* _Requirement_
Below is a listing; restate from it, character for character, the lines beginning at the line holding "#44=ORIENTED_EDGE('',*,*,#43,.F.);" and ending at the line holding "#50=ADVANCED_FACE('',(#37,#46),#49,.F.);", both included.

* _Provided information_
====================

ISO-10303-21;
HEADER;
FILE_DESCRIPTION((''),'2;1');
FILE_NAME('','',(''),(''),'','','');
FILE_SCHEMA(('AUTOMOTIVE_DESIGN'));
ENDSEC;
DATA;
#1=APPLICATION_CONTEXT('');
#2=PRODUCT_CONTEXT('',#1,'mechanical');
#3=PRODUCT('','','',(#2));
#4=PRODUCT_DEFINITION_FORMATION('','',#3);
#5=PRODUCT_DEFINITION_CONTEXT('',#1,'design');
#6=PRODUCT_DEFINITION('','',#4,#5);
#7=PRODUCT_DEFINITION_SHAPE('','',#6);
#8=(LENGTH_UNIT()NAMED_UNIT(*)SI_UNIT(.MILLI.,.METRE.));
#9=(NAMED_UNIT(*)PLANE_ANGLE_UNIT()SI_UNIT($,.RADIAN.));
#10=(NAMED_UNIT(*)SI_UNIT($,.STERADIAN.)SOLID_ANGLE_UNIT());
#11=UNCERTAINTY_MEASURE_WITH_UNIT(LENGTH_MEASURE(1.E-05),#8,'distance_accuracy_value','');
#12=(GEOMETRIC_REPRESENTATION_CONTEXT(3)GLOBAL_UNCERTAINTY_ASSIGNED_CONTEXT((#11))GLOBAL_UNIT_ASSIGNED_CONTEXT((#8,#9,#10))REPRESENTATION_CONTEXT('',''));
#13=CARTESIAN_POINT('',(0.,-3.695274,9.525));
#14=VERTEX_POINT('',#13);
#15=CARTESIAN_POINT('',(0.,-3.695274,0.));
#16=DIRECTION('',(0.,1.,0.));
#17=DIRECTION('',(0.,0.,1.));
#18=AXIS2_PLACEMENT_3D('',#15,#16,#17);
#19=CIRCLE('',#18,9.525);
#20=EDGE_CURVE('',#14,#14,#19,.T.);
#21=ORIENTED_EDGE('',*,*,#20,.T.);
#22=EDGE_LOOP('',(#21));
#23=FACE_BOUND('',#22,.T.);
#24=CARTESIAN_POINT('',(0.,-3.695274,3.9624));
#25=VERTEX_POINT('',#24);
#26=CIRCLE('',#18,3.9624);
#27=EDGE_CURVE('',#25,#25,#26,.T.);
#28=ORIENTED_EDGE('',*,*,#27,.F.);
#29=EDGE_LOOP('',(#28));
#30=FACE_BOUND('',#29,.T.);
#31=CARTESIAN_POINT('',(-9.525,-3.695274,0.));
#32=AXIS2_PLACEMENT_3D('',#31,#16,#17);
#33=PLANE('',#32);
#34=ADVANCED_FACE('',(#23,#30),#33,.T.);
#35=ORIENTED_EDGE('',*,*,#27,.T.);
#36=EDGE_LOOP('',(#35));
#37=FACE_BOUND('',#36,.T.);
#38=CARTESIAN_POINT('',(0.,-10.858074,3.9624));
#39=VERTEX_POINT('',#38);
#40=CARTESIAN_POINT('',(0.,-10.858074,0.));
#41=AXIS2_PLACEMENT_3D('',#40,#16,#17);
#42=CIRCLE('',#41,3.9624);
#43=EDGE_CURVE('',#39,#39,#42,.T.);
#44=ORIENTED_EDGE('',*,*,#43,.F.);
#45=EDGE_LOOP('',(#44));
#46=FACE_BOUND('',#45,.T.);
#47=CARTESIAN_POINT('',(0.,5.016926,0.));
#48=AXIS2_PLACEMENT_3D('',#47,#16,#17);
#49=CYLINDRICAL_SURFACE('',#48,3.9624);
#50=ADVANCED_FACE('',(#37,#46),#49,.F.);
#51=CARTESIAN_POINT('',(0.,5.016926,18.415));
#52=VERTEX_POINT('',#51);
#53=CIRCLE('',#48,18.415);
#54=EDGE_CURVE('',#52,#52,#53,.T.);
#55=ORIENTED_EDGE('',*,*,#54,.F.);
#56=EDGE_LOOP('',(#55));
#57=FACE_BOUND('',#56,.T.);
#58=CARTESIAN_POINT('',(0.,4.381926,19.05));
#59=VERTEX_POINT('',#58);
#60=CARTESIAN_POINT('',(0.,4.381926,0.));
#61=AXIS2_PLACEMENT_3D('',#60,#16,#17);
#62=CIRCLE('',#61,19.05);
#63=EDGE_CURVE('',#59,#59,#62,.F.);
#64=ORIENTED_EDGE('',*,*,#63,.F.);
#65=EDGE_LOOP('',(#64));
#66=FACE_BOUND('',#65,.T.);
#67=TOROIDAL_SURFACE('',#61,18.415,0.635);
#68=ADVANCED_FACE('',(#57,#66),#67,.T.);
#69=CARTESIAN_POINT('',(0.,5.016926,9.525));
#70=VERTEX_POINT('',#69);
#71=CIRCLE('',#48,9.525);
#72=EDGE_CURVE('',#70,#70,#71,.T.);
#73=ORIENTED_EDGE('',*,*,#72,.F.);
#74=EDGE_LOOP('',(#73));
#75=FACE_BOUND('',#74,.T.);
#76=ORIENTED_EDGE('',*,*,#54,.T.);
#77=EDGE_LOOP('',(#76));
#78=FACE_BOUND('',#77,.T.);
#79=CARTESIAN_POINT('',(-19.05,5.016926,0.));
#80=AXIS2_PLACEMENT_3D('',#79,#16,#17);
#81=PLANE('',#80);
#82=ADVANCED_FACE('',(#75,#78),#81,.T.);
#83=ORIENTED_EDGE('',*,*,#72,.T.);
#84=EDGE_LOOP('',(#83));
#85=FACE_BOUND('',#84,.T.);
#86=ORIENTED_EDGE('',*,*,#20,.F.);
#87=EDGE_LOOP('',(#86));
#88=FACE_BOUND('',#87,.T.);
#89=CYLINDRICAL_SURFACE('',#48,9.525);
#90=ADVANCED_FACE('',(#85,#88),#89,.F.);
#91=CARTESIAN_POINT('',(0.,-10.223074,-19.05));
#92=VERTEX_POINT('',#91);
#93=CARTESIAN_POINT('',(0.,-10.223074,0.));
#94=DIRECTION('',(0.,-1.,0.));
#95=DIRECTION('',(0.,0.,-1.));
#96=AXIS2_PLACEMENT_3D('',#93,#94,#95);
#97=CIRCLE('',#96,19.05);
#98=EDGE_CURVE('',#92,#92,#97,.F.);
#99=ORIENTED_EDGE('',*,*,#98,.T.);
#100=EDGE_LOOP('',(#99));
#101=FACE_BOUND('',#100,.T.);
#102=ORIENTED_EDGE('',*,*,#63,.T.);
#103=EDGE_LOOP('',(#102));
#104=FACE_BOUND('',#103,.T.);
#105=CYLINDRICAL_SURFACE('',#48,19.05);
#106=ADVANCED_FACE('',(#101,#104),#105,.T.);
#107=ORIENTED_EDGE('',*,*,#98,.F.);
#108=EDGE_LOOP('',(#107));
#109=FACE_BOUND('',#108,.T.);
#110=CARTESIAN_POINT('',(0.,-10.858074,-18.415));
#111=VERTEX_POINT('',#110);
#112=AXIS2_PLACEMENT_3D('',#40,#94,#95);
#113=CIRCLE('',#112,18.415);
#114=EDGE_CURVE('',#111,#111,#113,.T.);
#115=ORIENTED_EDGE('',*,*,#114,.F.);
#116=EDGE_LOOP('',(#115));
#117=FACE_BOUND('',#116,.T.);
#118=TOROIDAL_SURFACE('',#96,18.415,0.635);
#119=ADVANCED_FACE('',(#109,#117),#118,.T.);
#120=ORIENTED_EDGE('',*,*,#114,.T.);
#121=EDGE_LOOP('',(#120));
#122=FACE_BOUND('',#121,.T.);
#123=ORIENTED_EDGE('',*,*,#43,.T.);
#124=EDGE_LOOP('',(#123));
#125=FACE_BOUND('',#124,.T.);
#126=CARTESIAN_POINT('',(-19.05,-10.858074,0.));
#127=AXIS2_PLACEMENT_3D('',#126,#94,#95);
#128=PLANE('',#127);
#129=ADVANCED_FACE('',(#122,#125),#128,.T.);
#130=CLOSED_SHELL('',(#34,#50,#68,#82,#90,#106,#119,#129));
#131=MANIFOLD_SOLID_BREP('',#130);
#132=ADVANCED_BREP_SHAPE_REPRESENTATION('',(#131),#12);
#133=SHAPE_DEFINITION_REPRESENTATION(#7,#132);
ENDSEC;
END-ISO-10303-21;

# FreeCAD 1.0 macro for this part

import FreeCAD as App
import Part
import Sketcher
from FreeCAD import Vector
Q = App.Units.Quantity


def edges_at(feature, points):
    """Names of the edges that pass closest to the given points."""
    edges = feature.Shape.Edges
    near = lambda p: min(range(len(edges)), key=lambda i: edges[i].distToShape(Part.Vertex(*p))[0])
    return sorted({f"Edge{near(p) + 1}" for p in points})


def add_polygon(sketch, points):
    """Adds a closed chain of lines whose ends are joined by coincident constraints."""
    first, n = sketch.GeometryCount, len(points)
    for a, b in zip(points, points[1:] + points[:1]):
        sketch.addGeometry(Part.LineSegment(App.Vector(*a, 0), App.Vector(*b, 0)), False)
    for i in range(n):
        sketch.addConstraint(Sketcher.Constraint("Coincident", first + i, 2, first + (i + 1) % n, 1))

doc = App.newDocument("Part")
body = doc.addObject("PartDesign::Body", "Body")

sketch1 = body.newObject("Sketcher::SketchObject", "Sketch")
sketch1.AttachmentSupport = (doc.getObject("XY_Plane"), [""])
sketch1.MapMode = "FlatFace"
add_polygon(sketch1, [(-19, 5), (-19, -11), (-4, -11), (-4, -4), (-10, -4), (-10, 5)])
sketch1.addConstraint([
    Sketcher.Constraint("Vertical", 0),
    Sketcher.Constraint("Horizontal", 1),
    Sketcher.Constraint("Vertical", 2),
    Sketcher.Constraint("Horizontal", 3),
    Sketcher.Constraint("Vertical", 4),
    Sketcher.Constraint("Horizontal", 5),
    Sketcher.Constraint("DistanceX", 1, 1, 1, 2, Q("0.594 in")),
    Sketcher.Constraint("DistanceX", 3, 2, 3, 1, Q("0.219 in")),
    Sketcher.Constraint("DistanceY", 0, 2, 0, 1, Q("0.625 in")),
    Sketcher.Constraint("DistanceY", 2, 1, 2, 2, Q("0.282 in")),
    Sketcher.Constraint("DistanceX", 0, 2, -1, 1, Q("0.75 in")),
    Sketcher.Constraint("DistanceY", 0, 2, -1, 1, 10.858074),
])
revolution = body.newObject("PartDesign::Revolution", "Revolution")
revolution.Profile = sketch1
revolution.ReferenceAxis = (sketch1, ["V_Axis"])
revolution.Angle = 360
doc.recompute()

fillet = body.newObject("PartDesign::Fillet", "Fillet")
fillet.Base = (revolution, edges_at(revolution, [(0, 5.017, -19.05), (0, -10.858, -19.05)]))
fillet.Radius = Q("0.025 in")

doc.recompute()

====================

* _Task result_
#44=ORIENTED_EDGE('',*,*,#43,.F.);
#45=EDGE_LOOP('',(#44));
#46=FACE_BOUND('',#45,.T.);
#47=CARTESIAN_POINT('',(0.,5.016926,0.));
#48=AXIS2_PLACEMENT_3D('',#47,#16,#17);
#49=CYLINDRICAL_SURFACE('',#48,3.9624);
#50=ADVANCED_FACE('',(#37,#46),#49,.F.);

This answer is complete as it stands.